» **WHAT YOU WILL DO**: Repeat the records below line by line, exactly, finishing on the line that contains "on the barrel".

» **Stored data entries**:
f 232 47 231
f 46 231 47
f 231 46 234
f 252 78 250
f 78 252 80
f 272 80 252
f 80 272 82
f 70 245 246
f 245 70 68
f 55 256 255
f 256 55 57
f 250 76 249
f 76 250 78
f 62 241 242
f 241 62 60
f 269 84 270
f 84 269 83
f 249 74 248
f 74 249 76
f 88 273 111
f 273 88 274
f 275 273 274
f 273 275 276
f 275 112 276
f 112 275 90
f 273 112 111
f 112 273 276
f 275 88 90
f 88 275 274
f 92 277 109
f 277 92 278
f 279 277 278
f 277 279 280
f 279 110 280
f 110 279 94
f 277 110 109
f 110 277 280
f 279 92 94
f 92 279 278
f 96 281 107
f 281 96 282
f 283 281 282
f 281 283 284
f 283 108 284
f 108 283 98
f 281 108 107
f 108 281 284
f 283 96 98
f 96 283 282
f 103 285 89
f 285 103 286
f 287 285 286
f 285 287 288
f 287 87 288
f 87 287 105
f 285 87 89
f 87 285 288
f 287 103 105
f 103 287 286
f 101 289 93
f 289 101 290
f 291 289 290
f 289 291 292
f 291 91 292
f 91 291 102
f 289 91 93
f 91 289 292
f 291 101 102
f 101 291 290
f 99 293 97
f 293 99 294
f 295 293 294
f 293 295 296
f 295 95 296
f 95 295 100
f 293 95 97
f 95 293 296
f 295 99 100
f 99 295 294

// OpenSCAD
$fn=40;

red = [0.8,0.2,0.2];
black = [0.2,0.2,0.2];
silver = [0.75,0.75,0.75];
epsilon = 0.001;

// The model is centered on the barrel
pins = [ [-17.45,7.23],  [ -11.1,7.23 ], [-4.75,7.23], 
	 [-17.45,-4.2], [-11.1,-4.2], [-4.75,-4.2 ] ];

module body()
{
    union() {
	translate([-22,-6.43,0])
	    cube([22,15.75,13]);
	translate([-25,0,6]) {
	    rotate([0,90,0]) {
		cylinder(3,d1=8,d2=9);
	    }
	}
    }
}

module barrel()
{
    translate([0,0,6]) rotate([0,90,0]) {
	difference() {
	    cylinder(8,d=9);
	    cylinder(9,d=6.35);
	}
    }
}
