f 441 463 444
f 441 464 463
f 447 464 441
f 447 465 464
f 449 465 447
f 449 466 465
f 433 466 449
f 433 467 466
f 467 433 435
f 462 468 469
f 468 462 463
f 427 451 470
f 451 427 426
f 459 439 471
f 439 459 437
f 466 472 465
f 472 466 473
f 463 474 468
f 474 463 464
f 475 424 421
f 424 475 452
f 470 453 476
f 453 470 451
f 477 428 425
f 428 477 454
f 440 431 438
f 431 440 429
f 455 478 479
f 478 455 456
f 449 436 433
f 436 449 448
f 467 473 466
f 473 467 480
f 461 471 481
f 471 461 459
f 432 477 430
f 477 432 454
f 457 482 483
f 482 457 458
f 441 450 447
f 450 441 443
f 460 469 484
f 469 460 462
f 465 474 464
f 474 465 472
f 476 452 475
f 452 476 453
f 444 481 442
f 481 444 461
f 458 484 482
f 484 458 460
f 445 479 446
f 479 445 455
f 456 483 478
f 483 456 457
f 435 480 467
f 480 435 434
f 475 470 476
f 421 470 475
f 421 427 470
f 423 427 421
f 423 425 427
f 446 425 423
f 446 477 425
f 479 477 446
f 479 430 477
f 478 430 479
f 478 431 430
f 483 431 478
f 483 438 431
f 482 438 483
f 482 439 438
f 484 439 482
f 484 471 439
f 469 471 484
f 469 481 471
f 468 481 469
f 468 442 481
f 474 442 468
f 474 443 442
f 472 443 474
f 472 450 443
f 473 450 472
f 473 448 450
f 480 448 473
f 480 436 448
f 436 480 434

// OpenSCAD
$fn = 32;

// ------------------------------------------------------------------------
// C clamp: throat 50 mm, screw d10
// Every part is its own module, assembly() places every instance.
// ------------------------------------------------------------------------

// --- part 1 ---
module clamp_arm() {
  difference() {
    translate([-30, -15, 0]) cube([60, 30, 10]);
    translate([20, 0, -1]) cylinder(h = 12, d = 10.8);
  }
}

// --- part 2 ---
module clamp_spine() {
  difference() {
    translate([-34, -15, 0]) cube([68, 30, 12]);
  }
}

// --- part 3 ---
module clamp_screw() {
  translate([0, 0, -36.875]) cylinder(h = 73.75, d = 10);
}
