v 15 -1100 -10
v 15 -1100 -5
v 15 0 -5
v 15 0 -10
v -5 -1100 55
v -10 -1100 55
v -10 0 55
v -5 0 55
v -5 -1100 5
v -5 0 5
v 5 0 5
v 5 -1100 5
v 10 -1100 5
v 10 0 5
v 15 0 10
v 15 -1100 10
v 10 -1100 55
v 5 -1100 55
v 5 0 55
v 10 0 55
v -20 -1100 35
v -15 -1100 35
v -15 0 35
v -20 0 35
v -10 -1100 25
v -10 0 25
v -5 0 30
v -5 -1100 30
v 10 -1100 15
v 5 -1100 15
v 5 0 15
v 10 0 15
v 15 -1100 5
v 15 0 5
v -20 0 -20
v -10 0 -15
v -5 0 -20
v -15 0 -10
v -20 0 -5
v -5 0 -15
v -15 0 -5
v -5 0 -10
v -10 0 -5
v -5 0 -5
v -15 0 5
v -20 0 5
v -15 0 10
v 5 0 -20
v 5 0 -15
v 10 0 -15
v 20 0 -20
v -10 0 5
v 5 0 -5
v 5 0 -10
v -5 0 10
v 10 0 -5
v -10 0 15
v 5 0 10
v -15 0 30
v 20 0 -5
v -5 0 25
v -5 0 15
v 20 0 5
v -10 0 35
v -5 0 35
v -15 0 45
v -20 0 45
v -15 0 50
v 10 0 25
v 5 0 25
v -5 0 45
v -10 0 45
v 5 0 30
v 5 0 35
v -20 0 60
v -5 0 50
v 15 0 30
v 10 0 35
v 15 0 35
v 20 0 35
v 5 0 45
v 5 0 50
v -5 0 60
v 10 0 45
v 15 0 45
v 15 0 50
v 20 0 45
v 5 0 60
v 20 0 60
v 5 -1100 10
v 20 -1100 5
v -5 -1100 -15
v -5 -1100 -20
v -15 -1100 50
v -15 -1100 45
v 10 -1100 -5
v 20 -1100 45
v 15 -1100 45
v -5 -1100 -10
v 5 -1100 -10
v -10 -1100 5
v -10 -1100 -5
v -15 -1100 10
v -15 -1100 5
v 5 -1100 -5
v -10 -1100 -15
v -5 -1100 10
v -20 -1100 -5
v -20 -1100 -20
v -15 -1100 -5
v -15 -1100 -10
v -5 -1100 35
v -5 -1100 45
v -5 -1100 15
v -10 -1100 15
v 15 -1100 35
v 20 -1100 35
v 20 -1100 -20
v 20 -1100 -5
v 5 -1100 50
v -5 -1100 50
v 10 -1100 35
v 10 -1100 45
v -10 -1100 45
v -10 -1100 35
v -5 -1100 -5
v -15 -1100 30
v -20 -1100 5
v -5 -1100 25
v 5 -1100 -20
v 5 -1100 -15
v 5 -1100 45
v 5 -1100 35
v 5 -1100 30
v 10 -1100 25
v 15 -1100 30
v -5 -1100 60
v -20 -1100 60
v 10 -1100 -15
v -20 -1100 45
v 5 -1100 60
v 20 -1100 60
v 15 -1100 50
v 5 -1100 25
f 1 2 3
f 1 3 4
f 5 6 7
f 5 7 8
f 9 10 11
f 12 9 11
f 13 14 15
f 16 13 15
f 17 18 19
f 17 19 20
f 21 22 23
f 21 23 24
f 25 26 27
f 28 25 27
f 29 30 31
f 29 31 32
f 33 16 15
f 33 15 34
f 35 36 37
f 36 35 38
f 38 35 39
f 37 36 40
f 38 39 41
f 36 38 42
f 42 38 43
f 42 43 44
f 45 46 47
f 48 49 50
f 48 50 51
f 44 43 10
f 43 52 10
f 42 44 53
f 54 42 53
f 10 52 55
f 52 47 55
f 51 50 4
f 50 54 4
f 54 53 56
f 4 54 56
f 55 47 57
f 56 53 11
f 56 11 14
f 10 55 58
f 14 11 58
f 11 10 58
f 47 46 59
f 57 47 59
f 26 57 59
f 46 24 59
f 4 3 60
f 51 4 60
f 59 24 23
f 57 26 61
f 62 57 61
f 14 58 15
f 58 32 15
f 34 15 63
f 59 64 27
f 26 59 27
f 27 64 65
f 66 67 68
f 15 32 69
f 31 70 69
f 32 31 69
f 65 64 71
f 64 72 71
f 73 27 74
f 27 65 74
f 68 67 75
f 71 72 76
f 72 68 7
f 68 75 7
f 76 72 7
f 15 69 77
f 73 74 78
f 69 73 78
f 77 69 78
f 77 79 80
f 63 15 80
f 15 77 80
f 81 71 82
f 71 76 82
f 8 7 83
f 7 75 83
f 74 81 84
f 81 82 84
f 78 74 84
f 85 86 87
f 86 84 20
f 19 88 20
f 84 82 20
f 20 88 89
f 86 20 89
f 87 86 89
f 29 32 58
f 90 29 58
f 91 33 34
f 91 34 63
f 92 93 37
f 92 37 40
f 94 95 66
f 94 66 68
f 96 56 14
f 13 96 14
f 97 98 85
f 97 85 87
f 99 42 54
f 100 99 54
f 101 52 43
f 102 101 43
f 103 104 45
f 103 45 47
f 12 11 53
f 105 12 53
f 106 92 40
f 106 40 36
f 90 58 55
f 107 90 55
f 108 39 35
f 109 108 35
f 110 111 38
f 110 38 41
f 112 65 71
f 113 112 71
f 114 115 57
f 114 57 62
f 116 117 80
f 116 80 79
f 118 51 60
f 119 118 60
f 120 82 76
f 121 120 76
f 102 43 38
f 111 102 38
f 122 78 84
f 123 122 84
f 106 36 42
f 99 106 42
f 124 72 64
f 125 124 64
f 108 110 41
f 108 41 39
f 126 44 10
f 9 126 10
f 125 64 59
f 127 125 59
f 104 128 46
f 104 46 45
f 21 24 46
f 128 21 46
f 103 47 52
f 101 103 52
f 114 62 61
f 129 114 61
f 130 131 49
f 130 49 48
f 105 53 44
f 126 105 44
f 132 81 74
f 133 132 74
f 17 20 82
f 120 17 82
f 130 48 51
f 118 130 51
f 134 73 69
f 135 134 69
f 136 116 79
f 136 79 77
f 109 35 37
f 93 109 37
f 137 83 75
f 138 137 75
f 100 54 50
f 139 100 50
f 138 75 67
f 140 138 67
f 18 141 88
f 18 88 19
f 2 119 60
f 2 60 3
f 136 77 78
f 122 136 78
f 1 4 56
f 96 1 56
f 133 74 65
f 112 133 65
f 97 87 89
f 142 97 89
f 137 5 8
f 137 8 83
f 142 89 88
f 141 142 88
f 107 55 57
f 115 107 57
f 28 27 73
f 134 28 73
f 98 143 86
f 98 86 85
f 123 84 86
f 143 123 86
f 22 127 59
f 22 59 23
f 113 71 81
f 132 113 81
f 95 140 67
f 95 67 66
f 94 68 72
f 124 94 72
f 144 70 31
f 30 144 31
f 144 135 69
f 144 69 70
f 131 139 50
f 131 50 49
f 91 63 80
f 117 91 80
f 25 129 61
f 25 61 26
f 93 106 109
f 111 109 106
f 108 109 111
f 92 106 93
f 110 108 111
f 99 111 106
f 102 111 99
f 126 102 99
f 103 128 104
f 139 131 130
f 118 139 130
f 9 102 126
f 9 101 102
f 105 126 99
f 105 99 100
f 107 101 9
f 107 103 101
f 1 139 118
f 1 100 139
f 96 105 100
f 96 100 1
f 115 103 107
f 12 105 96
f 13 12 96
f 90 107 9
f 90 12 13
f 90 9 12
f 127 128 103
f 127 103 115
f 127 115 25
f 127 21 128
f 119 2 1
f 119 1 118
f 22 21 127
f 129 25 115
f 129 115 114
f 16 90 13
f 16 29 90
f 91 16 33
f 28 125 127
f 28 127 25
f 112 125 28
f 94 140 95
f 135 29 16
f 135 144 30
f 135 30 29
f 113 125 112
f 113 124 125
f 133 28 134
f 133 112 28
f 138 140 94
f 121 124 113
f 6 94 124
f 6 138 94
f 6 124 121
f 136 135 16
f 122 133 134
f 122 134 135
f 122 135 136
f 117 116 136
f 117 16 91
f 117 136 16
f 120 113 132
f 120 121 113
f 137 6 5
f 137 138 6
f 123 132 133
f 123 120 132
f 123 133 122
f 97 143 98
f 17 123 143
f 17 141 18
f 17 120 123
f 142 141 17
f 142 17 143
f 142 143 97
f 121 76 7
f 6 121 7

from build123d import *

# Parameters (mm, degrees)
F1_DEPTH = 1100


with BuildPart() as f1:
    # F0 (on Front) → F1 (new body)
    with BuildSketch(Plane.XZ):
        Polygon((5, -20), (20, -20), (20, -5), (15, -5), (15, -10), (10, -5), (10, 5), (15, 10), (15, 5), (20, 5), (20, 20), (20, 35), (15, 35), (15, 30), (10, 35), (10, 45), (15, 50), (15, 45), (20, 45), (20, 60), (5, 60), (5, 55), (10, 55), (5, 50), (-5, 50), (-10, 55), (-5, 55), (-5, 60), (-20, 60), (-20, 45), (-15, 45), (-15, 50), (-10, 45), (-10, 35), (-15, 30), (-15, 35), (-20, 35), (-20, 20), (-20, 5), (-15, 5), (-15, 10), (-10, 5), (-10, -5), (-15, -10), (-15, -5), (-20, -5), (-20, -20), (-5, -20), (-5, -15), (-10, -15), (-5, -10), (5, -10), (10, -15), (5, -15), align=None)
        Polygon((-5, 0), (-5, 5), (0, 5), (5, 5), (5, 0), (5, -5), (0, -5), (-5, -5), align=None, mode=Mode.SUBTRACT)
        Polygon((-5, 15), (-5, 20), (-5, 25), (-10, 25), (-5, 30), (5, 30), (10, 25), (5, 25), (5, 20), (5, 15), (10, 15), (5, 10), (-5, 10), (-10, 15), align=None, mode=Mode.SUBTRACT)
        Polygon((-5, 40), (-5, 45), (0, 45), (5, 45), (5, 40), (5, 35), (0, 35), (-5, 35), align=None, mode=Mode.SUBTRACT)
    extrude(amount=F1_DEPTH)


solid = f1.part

» **ANSWER SECTION**:
f 232 47 231
f 46 231 47
f 231 46 234
f 252 78 250
f 78 252 80
f 272 80 252
f 80 272 82
f 70 245 246
f 245 70 68
f 55 256 255
f 256 55 57
f 250 76 249
f 76 250 78
f 62 241 242
f 241 62 60
f 269 84 270
f 84 269 83
f 249 74 248
f 74 249 76
f 88 273 111
f 273 88 274
f 275 273 274
f 273 275 276
f 275 112 276
f 112 275 90
f 273 112 111
f 112 273 276
f 275 88 90
f 88 275 274
f 92 277 109
f 277 92 278
f 279 277 278
f 277 279 280
f 279 110 280
f 110 279 94
f 277 110 109
f 110 277 280
f 279 92 94
f 92 279 278
f 96 281 107
f 281 96 282
f 283 281 282
f 281 283 284
f 283 108 284
f 108 283 98
f 281 108 107
f 108 281 284
f 283 96 98
f 96 283 282
f 103 285 89
f 285 103 286
f 287 285 286
f 285 287 288
f 287 87 288
f 87 287 105
f 285 87 89
f 87 285 288
f 287 103 105
f 103 287 286
f 101 289 93
f 289 101 290
f 291 289 290
f 289 291 292
f 291 91 292
f 91 291 102
f 289 91 93
f 91 289 292
f 291 101 102
f 101 291 290
f 99 293 97
f 293 99 294
f 295 293 294
f 293 295 296
f 295 95 296
f 95 295 100
f 293 95 97
f 95 293 296
f 295 99 100
f 99 295 294

// OpenSCAD
$fn=40;

red = [0.8,0.2,0.2];
black = [0.2,0.2,0.2];
silver = [0.75,0.75,0.75];
epsilon = 0.001;

// The model is centered on the barrel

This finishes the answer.